Precarious people cannot afford to take risks. If they fail, they may never recover. They don’t have the opportunity to fail that rich people have and it has nothing to do with their attitudes and everything to do with the material conditions of their lives. Opportunities are limited, jobs are increasingly difficult to get, and success can be very temporary. In Kenya, far too many people are one medical emergency in the family away from poverty. All this is true and outside your control. To suggest that this is just negativity and blaming others for your situation is disingenuous.

Insulting

Undergirding this talk of poverty mentality is the assertion that if poor people just change their attitudes and develop a positive, abundant mentality, their fortunes will equally change. It’s apparently a character flaw that poor people need to rectify. All this is said with a condescending tone suggesting that if poor people only got off their lazy behinds and tried to do something as small as changing their attitude, everything would be well. To use poverty as a way to criticize one’s attitude or censure someone is insulting, thoughtless and patronizing. It must stop.

Conclusion

About 24% of the world’s population lives in fragile contexts characterized by impoverished conditions and dire circumstances. If someone is constantly worried about money or perpetually worried about lack, maybe just believe them. Resist that impulse to evaluate their attitude based on what some charlatan motivational speakers say. A major cause of poverty is inequality and uneven distribution of wealth and income with the capitalist class hoarding the wealth produced by workers. Inequality and poverty cannot be eradicated without fundamental changes in the mode of production. These are things you have no control over and that can’t be changed by cultivating an abundance mindset.

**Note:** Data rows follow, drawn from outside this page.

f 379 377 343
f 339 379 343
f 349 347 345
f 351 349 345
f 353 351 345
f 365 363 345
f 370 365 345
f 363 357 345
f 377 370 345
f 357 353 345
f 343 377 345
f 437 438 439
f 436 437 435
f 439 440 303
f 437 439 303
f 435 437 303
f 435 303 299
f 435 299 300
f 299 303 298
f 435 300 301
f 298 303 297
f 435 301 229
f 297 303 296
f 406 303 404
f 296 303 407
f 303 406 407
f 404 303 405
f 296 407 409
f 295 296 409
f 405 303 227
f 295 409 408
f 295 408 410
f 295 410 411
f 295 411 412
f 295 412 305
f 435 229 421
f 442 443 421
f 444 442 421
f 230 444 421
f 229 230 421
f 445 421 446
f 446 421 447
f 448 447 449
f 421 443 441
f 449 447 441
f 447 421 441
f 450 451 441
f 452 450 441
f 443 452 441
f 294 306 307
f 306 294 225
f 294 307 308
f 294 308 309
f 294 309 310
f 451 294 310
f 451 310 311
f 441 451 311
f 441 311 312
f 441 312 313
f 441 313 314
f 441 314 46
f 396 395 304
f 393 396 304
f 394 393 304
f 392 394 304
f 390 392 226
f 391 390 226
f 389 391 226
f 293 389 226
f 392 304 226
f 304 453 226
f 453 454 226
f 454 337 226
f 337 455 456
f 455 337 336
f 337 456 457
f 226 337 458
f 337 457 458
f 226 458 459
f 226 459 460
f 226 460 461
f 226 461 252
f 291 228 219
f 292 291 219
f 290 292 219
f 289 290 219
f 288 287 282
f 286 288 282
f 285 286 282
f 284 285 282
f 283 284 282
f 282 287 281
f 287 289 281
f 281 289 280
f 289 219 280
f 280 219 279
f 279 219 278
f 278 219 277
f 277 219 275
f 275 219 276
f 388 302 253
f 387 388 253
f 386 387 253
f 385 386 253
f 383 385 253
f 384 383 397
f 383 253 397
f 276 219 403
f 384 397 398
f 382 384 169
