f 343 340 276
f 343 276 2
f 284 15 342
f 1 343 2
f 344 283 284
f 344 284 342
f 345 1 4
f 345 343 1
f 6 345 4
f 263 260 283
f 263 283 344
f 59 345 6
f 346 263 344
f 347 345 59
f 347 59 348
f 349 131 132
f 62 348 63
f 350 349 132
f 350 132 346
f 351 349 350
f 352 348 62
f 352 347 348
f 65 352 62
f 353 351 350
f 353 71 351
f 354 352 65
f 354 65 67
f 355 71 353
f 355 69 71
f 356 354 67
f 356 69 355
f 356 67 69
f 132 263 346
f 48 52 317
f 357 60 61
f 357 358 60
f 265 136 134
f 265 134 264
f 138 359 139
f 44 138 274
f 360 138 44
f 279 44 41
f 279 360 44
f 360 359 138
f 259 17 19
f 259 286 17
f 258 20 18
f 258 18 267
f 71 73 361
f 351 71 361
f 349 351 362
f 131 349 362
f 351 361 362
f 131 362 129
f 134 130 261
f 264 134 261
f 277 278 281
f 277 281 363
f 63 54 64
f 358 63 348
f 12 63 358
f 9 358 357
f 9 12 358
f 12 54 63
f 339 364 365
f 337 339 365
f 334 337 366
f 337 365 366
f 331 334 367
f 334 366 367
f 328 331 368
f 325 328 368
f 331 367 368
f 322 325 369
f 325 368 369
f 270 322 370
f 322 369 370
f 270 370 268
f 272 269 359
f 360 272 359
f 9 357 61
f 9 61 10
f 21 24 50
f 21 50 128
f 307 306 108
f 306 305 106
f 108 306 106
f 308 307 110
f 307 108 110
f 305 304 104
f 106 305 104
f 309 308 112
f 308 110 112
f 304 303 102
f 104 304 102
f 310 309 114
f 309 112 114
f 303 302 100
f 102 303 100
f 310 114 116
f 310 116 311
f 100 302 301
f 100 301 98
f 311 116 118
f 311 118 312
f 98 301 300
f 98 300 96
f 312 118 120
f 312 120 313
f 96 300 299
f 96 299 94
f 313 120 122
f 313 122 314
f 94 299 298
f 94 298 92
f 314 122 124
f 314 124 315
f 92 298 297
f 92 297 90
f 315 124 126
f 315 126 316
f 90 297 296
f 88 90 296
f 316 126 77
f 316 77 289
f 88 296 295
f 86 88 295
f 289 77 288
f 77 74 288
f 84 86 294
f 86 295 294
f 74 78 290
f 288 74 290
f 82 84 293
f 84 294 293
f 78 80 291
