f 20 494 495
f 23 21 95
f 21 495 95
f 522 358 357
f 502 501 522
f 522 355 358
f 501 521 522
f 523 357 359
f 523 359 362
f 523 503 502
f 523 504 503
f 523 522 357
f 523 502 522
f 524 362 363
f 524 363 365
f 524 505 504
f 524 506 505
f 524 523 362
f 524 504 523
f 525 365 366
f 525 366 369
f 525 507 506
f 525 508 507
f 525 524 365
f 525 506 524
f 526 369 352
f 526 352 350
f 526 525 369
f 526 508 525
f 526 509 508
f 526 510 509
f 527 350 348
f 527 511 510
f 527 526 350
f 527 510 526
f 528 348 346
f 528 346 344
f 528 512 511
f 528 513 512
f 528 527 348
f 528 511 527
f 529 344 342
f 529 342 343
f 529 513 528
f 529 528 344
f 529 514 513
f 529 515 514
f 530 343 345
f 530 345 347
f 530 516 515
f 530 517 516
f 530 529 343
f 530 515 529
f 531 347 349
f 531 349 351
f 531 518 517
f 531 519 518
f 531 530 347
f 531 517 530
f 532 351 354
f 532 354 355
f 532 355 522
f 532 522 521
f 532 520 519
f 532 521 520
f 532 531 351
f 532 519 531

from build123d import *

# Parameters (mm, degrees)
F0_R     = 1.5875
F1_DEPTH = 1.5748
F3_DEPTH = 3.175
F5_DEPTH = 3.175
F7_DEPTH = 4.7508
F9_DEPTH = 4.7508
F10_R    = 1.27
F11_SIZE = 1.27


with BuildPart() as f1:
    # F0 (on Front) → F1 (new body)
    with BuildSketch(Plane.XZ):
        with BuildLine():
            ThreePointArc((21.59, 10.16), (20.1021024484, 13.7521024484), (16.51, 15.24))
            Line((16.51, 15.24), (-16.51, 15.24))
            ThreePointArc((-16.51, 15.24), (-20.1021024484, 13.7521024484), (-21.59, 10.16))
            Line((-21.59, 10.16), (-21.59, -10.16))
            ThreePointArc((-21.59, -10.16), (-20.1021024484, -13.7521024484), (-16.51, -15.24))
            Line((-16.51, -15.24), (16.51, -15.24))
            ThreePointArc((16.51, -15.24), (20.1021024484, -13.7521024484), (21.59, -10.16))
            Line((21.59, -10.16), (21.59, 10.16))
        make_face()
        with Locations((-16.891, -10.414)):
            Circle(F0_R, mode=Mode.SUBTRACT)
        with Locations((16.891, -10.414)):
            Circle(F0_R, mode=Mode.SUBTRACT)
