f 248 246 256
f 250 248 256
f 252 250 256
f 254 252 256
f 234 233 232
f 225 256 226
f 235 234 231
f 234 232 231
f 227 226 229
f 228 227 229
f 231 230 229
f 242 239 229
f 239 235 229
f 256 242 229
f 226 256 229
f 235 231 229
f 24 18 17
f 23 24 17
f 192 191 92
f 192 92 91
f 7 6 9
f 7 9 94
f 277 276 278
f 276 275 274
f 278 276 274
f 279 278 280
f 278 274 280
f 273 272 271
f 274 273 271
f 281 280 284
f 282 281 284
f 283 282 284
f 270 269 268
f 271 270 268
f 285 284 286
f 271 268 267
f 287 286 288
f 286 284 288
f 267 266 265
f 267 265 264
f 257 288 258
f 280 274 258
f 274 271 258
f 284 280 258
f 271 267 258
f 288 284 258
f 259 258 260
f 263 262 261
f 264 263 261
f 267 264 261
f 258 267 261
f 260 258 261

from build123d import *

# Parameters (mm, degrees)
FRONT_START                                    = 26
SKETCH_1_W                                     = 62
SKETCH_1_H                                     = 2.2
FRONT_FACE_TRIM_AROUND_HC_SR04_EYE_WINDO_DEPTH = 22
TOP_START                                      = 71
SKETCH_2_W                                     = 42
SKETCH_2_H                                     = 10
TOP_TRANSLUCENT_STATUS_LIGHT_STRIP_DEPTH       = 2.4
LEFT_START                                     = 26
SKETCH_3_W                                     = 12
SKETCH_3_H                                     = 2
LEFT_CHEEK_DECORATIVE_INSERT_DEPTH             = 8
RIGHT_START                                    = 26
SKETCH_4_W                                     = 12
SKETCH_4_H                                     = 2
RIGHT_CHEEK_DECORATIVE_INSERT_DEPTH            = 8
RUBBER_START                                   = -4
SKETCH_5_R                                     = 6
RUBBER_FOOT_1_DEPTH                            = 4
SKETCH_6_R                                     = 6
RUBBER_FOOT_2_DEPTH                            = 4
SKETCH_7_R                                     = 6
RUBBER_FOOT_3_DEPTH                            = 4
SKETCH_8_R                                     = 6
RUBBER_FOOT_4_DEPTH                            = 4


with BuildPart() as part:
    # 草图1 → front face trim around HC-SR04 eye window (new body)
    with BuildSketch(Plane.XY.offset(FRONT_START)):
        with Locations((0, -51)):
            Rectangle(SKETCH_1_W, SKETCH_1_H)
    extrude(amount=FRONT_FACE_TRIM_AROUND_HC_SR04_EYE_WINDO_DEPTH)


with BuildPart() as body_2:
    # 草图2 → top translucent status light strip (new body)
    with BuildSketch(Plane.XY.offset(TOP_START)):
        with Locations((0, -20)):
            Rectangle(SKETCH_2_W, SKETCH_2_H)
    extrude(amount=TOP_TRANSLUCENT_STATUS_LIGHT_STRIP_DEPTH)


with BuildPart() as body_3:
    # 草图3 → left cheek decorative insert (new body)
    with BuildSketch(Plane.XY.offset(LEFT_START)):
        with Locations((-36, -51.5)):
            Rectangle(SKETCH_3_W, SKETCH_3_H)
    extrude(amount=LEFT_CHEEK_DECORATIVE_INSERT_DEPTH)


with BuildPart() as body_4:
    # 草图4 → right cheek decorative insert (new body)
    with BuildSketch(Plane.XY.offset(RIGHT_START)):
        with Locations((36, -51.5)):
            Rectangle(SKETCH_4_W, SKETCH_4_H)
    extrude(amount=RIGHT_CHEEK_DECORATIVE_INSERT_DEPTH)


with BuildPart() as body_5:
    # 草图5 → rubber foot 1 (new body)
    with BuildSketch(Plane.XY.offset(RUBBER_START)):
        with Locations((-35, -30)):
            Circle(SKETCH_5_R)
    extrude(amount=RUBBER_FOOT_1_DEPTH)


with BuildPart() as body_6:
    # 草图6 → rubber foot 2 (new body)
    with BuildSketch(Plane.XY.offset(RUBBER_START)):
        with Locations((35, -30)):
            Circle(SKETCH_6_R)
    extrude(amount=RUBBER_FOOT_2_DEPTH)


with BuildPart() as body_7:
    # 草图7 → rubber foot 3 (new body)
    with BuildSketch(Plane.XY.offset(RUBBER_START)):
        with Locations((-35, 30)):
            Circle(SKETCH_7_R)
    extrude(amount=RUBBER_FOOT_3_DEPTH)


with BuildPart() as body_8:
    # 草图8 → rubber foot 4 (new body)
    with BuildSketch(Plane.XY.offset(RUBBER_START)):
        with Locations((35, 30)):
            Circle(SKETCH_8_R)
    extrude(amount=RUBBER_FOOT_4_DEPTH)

Poor people are cautious, risk-averse and always worried about whether they’ll have enough money to survive. That is a side-effect of poverty, not a cause. To suggest that it’s the cause is the most vicious form of victim blaming there ever was. In the case of people who are not poor but are still dealing with such fear and anxiety, it’s enough to look at the world and recognize that you’re just one misfortune away from being poor and precarious. The world as it’s organized particularly economically cultivates these fears and anxieties in us all and to ignore that is to willfully deceive yourself and others. Let’s be gracious to each other.